# AIM OF THE EXERCISE:
Only one stretch of the data below is wanted: the lines from the one with "f 600 597 596" through the one with "f 610 605 609", repeated exactly.
-=-=-=-=-
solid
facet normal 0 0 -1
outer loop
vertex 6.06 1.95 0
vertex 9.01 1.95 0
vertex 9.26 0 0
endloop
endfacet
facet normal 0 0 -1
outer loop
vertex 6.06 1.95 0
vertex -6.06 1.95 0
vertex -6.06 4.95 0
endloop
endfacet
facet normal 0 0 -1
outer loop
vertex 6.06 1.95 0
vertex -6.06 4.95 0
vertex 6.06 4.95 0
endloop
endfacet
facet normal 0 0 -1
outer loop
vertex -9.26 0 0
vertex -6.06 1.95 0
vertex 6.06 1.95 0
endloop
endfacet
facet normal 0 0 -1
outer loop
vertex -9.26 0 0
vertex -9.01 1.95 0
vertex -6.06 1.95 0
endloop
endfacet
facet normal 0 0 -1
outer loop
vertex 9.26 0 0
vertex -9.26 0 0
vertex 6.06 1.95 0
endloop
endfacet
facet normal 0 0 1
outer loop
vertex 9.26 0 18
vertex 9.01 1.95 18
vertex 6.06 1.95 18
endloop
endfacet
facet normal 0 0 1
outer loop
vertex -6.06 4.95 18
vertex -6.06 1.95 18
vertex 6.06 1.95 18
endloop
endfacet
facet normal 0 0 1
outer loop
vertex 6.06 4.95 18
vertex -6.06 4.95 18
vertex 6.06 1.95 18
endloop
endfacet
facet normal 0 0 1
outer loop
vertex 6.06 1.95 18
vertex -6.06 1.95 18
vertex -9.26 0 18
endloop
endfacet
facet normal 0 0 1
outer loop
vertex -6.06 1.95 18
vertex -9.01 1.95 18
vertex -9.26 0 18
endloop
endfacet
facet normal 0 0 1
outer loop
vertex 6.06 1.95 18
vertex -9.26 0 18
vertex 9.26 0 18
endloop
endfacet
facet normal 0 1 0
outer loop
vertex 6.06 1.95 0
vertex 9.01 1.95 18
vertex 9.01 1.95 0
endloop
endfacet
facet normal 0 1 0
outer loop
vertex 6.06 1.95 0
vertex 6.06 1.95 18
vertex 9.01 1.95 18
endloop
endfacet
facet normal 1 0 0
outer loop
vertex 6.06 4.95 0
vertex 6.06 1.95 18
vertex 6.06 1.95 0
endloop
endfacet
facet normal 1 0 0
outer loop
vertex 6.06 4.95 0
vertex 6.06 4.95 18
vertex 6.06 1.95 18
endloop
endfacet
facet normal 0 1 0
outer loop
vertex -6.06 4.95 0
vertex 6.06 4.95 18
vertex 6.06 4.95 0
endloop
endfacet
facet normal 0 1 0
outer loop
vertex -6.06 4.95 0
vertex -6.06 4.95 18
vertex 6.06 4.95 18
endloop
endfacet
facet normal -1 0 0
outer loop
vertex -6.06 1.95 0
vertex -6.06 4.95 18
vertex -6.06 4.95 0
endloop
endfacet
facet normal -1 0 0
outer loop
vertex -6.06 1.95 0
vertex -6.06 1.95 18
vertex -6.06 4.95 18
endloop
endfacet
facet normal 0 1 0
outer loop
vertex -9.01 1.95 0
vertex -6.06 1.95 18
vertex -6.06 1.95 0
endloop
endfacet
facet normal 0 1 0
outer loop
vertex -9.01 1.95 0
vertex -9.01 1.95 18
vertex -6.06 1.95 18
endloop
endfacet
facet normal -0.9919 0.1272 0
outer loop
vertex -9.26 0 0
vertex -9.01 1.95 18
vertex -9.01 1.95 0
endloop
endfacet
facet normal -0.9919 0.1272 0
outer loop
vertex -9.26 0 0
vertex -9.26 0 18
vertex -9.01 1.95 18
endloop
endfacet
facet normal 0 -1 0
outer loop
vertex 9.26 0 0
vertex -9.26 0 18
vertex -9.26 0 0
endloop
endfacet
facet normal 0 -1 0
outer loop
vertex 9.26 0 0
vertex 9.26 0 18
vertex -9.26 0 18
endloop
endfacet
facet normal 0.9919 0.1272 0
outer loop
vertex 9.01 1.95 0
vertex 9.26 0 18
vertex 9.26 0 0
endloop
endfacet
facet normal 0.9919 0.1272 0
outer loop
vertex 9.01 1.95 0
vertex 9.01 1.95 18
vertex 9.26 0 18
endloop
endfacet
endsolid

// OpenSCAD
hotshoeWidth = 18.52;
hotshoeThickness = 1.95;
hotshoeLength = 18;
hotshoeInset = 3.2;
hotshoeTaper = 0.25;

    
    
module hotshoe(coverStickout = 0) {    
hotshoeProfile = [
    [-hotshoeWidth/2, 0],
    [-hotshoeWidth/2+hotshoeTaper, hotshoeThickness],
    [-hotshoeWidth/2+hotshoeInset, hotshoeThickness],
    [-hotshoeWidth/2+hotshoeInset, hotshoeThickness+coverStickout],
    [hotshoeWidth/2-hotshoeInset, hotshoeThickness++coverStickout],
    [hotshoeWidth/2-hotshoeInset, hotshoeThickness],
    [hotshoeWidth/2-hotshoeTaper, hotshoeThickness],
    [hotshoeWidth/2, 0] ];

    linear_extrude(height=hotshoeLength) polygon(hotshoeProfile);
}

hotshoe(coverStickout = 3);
-=-=-=-=-
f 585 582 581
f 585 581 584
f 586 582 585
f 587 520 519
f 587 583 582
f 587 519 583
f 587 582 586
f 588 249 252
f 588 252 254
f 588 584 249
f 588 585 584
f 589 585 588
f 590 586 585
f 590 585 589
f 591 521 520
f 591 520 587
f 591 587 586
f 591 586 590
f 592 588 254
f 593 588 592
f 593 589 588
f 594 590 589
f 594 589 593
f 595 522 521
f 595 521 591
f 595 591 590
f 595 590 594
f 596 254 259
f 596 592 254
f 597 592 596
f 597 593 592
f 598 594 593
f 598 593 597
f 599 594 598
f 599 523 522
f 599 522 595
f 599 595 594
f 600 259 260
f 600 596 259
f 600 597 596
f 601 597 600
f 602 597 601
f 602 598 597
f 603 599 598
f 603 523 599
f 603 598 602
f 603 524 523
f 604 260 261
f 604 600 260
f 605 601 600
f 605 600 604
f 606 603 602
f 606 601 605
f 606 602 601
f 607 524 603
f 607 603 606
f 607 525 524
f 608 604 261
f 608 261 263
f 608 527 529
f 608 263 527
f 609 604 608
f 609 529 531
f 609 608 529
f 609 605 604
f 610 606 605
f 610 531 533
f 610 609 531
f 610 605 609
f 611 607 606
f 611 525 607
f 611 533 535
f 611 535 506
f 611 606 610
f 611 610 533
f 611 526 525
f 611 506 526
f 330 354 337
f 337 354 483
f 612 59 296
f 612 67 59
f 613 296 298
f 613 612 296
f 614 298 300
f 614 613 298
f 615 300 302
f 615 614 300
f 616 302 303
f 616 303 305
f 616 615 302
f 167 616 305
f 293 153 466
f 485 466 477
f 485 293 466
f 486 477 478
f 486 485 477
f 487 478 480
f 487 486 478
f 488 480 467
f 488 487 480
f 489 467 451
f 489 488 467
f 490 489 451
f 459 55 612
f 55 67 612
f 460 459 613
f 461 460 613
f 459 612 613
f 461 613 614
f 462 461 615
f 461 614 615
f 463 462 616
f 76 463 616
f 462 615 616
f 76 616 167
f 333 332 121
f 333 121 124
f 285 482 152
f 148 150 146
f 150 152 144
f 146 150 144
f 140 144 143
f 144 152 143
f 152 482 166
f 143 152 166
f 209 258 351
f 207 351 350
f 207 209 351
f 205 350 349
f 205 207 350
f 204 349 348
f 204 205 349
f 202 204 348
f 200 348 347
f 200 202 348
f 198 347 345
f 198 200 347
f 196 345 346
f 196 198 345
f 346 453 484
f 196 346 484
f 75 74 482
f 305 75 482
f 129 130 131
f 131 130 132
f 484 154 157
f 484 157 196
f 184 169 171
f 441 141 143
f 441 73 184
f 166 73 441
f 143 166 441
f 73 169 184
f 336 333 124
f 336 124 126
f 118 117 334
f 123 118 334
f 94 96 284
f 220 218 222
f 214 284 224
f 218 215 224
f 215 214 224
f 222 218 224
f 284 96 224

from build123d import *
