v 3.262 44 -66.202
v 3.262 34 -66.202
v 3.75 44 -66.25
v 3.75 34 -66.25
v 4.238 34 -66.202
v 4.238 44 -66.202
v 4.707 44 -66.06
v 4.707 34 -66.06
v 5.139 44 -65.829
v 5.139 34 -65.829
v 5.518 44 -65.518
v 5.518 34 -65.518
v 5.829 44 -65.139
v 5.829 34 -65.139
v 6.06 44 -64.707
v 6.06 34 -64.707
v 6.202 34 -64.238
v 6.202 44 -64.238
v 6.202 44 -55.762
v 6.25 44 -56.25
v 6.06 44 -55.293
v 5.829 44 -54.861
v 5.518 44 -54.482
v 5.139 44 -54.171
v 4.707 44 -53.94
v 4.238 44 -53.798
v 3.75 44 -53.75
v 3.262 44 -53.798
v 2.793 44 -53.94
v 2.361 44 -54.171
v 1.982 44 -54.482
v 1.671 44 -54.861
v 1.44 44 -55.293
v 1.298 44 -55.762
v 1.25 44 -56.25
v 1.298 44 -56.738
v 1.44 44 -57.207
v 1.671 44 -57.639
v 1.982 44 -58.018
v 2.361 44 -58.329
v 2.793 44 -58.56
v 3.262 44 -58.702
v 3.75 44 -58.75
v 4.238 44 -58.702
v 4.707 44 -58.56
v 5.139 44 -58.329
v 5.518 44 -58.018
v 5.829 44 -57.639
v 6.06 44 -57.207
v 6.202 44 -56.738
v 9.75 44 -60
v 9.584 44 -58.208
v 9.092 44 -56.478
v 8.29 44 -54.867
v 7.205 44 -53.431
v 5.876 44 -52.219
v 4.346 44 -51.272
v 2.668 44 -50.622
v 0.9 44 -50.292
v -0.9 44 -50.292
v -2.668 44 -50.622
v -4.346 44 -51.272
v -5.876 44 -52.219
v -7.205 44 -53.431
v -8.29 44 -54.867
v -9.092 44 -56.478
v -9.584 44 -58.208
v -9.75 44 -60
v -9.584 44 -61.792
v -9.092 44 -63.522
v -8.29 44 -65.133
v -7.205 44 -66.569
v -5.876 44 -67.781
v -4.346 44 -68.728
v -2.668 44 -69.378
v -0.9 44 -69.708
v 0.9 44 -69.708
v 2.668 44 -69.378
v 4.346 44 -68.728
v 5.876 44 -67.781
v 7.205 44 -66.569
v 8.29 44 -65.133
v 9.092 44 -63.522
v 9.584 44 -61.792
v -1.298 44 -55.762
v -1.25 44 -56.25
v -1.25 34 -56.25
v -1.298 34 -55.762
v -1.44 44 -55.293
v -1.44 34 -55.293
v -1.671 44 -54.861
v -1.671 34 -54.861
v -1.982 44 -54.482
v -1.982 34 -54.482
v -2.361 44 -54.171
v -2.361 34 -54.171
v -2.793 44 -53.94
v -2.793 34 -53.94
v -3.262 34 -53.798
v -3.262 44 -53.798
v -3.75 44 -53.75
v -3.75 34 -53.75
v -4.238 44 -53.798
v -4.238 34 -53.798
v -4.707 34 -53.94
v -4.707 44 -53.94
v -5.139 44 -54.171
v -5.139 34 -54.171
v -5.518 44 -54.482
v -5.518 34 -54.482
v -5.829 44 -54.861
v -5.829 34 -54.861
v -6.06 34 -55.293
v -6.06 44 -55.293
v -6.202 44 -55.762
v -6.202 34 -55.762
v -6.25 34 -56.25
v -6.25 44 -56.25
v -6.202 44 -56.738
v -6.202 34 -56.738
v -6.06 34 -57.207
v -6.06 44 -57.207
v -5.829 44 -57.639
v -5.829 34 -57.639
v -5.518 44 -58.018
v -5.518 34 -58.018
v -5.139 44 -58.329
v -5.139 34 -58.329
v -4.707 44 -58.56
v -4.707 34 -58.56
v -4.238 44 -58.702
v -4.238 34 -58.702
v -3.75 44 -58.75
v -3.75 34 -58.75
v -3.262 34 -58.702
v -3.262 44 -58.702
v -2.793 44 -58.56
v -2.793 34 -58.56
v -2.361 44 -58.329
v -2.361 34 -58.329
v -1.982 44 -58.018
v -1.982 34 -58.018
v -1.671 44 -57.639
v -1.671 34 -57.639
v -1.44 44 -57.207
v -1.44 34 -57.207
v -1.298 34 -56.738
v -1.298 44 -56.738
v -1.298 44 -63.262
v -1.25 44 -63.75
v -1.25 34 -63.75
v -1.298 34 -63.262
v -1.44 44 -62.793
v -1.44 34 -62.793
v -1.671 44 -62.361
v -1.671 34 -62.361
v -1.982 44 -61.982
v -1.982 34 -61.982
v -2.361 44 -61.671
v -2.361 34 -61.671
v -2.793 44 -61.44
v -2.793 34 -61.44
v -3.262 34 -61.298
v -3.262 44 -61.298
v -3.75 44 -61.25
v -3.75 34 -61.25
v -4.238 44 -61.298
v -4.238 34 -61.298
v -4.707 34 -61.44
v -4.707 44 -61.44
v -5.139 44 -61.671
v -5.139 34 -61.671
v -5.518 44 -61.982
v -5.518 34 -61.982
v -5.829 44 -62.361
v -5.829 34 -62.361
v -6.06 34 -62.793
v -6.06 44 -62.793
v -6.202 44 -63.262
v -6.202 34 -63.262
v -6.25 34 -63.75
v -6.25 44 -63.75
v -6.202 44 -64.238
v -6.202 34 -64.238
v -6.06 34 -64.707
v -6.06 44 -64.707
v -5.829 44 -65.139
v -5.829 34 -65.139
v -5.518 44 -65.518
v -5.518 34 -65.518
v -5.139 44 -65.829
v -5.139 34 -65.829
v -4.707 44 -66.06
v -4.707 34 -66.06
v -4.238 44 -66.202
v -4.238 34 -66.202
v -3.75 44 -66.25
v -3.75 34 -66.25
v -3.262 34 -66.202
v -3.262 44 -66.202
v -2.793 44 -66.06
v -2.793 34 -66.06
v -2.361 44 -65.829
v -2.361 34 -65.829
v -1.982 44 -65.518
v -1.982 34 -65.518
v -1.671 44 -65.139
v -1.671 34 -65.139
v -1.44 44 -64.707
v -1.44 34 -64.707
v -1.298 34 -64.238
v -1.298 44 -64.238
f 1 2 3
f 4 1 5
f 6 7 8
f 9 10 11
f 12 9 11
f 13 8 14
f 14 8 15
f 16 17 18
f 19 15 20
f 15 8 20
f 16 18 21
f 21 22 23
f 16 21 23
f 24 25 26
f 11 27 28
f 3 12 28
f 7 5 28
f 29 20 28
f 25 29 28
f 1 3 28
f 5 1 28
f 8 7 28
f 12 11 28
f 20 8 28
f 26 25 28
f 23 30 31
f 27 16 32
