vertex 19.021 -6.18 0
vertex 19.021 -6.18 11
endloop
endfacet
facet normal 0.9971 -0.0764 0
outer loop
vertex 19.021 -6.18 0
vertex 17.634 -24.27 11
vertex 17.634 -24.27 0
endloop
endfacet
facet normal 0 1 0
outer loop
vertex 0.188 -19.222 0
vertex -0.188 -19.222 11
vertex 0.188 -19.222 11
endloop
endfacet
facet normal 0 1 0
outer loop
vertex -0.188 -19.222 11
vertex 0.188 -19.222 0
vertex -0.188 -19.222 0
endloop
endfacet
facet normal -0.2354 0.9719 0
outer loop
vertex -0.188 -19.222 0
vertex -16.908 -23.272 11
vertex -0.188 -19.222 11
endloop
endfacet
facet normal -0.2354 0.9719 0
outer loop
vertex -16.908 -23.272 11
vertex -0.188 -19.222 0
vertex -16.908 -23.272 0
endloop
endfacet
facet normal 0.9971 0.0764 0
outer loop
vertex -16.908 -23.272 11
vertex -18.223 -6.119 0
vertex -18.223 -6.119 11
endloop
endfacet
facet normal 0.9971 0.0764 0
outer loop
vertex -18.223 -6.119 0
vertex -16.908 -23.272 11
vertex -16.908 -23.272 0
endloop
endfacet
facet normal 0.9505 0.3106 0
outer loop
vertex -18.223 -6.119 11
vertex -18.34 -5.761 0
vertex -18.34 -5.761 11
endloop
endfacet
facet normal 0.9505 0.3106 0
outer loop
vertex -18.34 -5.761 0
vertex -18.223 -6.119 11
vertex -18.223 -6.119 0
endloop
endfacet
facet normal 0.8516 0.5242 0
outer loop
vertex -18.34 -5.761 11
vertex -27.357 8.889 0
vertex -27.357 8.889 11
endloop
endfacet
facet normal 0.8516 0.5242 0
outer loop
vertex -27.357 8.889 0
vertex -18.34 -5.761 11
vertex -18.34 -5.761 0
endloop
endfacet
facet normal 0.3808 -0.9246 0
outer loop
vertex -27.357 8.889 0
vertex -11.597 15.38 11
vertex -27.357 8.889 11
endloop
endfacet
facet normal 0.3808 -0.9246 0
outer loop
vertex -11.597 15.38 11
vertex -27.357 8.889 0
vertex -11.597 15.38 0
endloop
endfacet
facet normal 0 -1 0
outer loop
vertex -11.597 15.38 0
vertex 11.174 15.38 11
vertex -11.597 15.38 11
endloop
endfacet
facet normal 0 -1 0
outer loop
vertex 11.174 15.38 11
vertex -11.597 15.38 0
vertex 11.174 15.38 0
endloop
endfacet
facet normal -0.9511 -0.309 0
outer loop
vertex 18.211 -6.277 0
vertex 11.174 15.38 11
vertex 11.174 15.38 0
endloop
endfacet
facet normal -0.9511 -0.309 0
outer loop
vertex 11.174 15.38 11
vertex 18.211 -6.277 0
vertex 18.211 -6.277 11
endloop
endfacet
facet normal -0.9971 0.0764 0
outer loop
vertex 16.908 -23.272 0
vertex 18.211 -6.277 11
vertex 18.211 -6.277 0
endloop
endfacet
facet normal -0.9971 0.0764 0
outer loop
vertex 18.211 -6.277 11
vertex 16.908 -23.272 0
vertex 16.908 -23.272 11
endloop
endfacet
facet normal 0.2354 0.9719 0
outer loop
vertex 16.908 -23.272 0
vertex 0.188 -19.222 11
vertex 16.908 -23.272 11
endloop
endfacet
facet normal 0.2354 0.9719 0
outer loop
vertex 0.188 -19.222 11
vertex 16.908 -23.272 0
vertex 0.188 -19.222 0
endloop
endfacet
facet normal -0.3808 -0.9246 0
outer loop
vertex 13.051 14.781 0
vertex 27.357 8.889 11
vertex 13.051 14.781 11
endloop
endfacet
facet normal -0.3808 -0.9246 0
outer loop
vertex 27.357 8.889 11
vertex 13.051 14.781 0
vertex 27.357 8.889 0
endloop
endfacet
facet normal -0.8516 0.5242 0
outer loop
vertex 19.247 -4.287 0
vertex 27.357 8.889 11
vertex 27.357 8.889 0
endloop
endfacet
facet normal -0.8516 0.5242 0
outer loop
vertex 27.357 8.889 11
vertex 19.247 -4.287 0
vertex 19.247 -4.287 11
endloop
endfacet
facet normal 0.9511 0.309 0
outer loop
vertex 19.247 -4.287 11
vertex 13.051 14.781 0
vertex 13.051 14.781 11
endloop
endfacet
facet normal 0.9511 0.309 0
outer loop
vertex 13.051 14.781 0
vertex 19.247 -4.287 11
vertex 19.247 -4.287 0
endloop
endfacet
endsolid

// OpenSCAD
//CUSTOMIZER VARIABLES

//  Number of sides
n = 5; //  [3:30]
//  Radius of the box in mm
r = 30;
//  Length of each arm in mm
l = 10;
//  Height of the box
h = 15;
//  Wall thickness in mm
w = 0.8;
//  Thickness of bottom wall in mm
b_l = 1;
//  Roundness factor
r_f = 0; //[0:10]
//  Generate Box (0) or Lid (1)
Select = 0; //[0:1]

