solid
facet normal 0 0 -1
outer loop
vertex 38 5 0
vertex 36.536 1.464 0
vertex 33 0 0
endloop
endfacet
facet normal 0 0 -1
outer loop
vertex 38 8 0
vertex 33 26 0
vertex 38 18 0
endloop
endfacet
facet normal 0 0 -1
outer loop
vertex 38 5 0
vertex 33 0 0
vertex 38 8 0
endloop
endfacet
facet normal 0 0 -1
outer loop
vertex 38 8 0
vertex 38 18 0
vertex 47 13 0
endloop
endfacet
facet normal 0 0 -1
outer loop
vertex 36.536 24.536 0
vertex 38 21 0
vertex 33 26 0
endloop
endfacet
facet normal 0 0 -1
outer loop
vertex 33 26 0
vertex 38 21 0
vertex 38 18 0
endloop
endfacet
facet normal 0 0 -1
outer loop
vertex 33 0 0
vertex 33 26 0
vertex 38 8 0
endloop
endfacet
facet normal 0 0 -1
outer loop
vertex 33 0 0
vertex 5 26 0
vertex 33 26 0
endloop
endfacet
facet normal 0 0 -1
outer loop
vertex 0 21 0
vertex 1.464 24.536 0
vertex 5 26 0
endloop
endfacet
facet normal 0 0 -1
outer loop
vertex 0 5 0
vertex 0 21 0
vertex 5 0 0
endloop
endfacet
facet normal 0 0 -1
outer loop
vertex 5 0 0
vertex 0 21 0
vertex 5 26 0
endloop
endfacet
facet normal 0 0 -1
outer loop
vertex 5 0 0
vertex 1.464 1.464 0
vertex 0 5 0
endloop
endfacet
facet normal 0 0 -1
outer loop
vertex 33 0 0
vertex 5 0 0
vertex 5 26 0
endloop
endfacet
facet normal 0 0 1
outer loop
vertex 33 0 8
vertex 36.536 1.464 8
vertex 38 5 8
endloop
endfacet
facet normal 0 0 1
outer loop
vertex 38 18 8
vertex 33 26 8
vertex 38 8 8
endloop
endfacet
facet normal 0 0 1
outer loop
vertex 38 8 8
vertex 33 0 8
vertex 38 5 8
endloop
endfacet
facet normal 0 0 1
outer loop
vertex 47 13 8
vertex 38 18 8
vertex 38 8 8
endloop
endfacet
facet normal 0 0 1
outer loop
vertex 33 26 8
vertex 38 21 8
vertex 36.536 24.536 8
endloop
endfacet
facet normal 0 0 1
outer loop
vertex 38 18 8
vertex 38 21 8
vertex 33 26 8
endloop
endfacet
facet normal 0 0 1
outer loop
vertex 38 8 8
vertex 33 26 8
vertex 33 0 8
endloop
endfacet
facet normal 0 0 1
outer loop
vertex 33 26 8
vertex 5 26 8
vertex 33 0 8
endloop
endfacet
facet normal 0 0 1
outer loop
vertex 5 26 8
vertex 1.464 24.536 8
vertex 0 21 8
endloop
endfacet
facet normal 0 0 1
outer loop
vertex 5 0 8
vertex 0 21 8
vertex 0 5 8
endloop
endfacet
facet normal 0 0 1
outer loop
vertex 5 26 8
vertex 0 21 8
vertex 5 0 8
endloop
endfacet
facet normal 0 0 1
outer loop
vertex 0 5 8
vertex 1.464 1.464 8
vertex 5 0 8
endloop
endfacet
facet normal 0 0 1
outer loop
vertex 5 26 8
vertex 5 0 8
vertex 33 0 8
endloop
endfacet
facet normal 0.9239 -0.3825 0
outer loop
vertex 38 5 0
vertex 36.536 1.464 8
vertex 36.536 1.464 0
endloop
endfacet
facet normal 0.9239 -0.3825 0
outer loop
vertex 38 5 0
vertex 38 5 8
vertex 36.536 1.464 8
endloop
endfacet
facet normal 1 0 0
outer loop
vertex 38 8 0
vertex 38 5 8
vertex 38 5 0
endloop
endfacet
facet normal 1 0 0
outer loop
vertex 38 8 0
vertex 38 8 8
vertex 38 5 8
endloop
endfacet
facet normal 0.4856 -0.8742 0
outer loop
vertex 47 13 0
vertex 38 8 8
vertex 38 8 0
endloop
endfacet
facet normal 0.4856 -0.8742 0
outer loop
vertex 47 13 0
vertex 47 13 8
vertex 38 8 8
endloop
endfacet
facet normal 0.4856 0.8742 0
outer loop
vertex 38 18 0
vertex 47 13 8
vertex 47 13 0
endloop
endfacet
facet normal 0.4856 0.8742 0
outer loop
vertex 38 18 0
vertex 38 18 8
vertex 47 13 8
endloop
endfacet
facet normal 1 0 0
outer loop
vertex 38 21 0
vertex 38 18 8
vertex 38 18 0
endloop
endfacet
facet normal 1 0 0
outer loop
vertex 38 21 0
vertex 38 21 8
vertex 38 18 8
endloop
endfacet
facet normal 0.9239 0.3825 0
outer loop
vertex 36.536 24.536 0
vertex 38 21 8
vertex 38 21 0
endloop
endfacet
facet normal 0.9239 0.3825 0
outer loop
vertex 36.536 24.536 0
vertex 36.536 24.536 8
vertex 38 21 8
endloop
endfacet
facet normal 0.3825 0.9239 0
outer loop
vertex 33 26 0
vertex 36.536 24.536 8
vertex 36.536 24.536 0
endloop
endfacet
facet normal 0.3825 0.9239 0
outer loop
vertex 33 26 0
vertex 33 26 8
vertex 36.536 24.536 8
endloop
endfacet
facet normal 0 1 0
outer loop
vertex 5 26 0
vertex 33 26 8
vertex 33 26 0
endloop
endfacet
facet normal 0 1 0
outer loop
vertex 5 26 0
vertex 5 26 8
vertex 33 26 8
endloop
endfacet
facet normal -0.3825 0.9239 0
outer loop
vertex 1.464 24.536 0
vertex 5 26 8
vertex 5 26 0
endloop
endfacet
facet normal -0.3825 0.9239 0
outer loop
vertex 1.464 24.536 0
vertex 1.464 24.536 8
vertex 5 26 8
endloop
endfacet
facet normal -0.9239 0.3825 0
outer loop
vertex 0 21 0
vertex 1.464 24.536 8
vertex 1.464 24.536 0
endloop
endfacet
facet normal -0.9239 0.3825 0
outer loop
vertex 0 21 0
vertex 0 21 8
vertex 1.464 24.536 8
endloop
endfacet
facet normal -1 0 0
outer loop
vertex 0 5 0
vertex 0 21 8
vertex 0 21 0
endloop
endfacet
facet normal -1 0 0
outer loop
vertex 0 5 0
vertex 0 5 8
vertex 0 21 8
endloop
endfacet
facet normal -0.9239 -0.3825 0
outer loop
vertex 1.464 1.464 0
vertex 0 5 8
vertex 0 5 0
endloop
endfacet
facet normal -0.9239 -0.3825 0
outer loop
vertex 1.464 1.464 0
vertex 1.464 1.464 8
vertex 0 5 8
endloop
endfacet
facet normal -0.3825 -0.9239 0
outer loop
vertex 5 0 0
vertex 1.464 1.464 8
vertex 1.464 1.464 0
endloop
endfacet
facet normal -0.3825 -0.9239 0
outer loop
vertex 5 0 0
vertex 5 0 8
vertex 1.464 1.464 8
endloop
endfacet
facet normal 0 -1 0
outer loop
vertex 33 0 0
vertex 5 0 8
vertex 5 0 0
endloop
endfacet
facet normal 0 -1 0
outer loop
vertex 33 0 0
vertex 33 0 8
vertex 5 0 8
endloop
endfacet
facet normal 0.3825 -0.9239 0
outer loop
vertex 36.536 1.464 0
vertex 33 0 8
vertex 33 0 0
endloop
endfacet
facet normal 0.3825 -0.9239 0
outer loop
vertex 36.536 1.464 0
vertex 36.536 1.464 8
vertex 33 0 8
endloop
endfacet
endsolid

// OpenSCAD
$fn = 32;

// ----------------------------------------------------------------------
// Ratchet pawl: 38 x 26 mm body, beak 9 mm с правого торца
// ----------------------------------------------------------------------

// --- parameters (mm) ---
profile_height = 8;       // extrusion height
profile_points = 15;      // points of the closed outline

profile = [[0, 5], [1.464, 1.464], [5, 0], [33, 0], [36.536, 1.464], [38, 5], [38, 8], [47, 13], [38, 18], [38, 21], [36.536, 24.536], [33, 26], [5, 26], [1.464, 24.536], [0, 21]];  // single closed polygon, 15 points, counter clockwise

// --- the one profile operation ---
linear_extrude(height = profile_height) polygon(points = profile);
-=-=-=-=-
# TASK RESPONSE:
f 600 597 596
f 601 597 600
f 602 597 601
f 602 598 597
f 603 599 598
f 603 523 599
f 603 598 602
f 603 524 523
f 604 260 261
f 604 600 260
f 605 601 600
f 605 600 604
f 606 603 602
f 606 601 605
f 606 602 601
f 607 524 603
f 607 603 606
f 607 525 524
f 608 604 261
f 608 261 263
f 608 527 529
f 608 263 527
f 609 604 608
f 609 529 531
f 609 608 529
f 609 605 604
f 610 606 605
f 610 531 533
f 610 609 531
f 610 605 609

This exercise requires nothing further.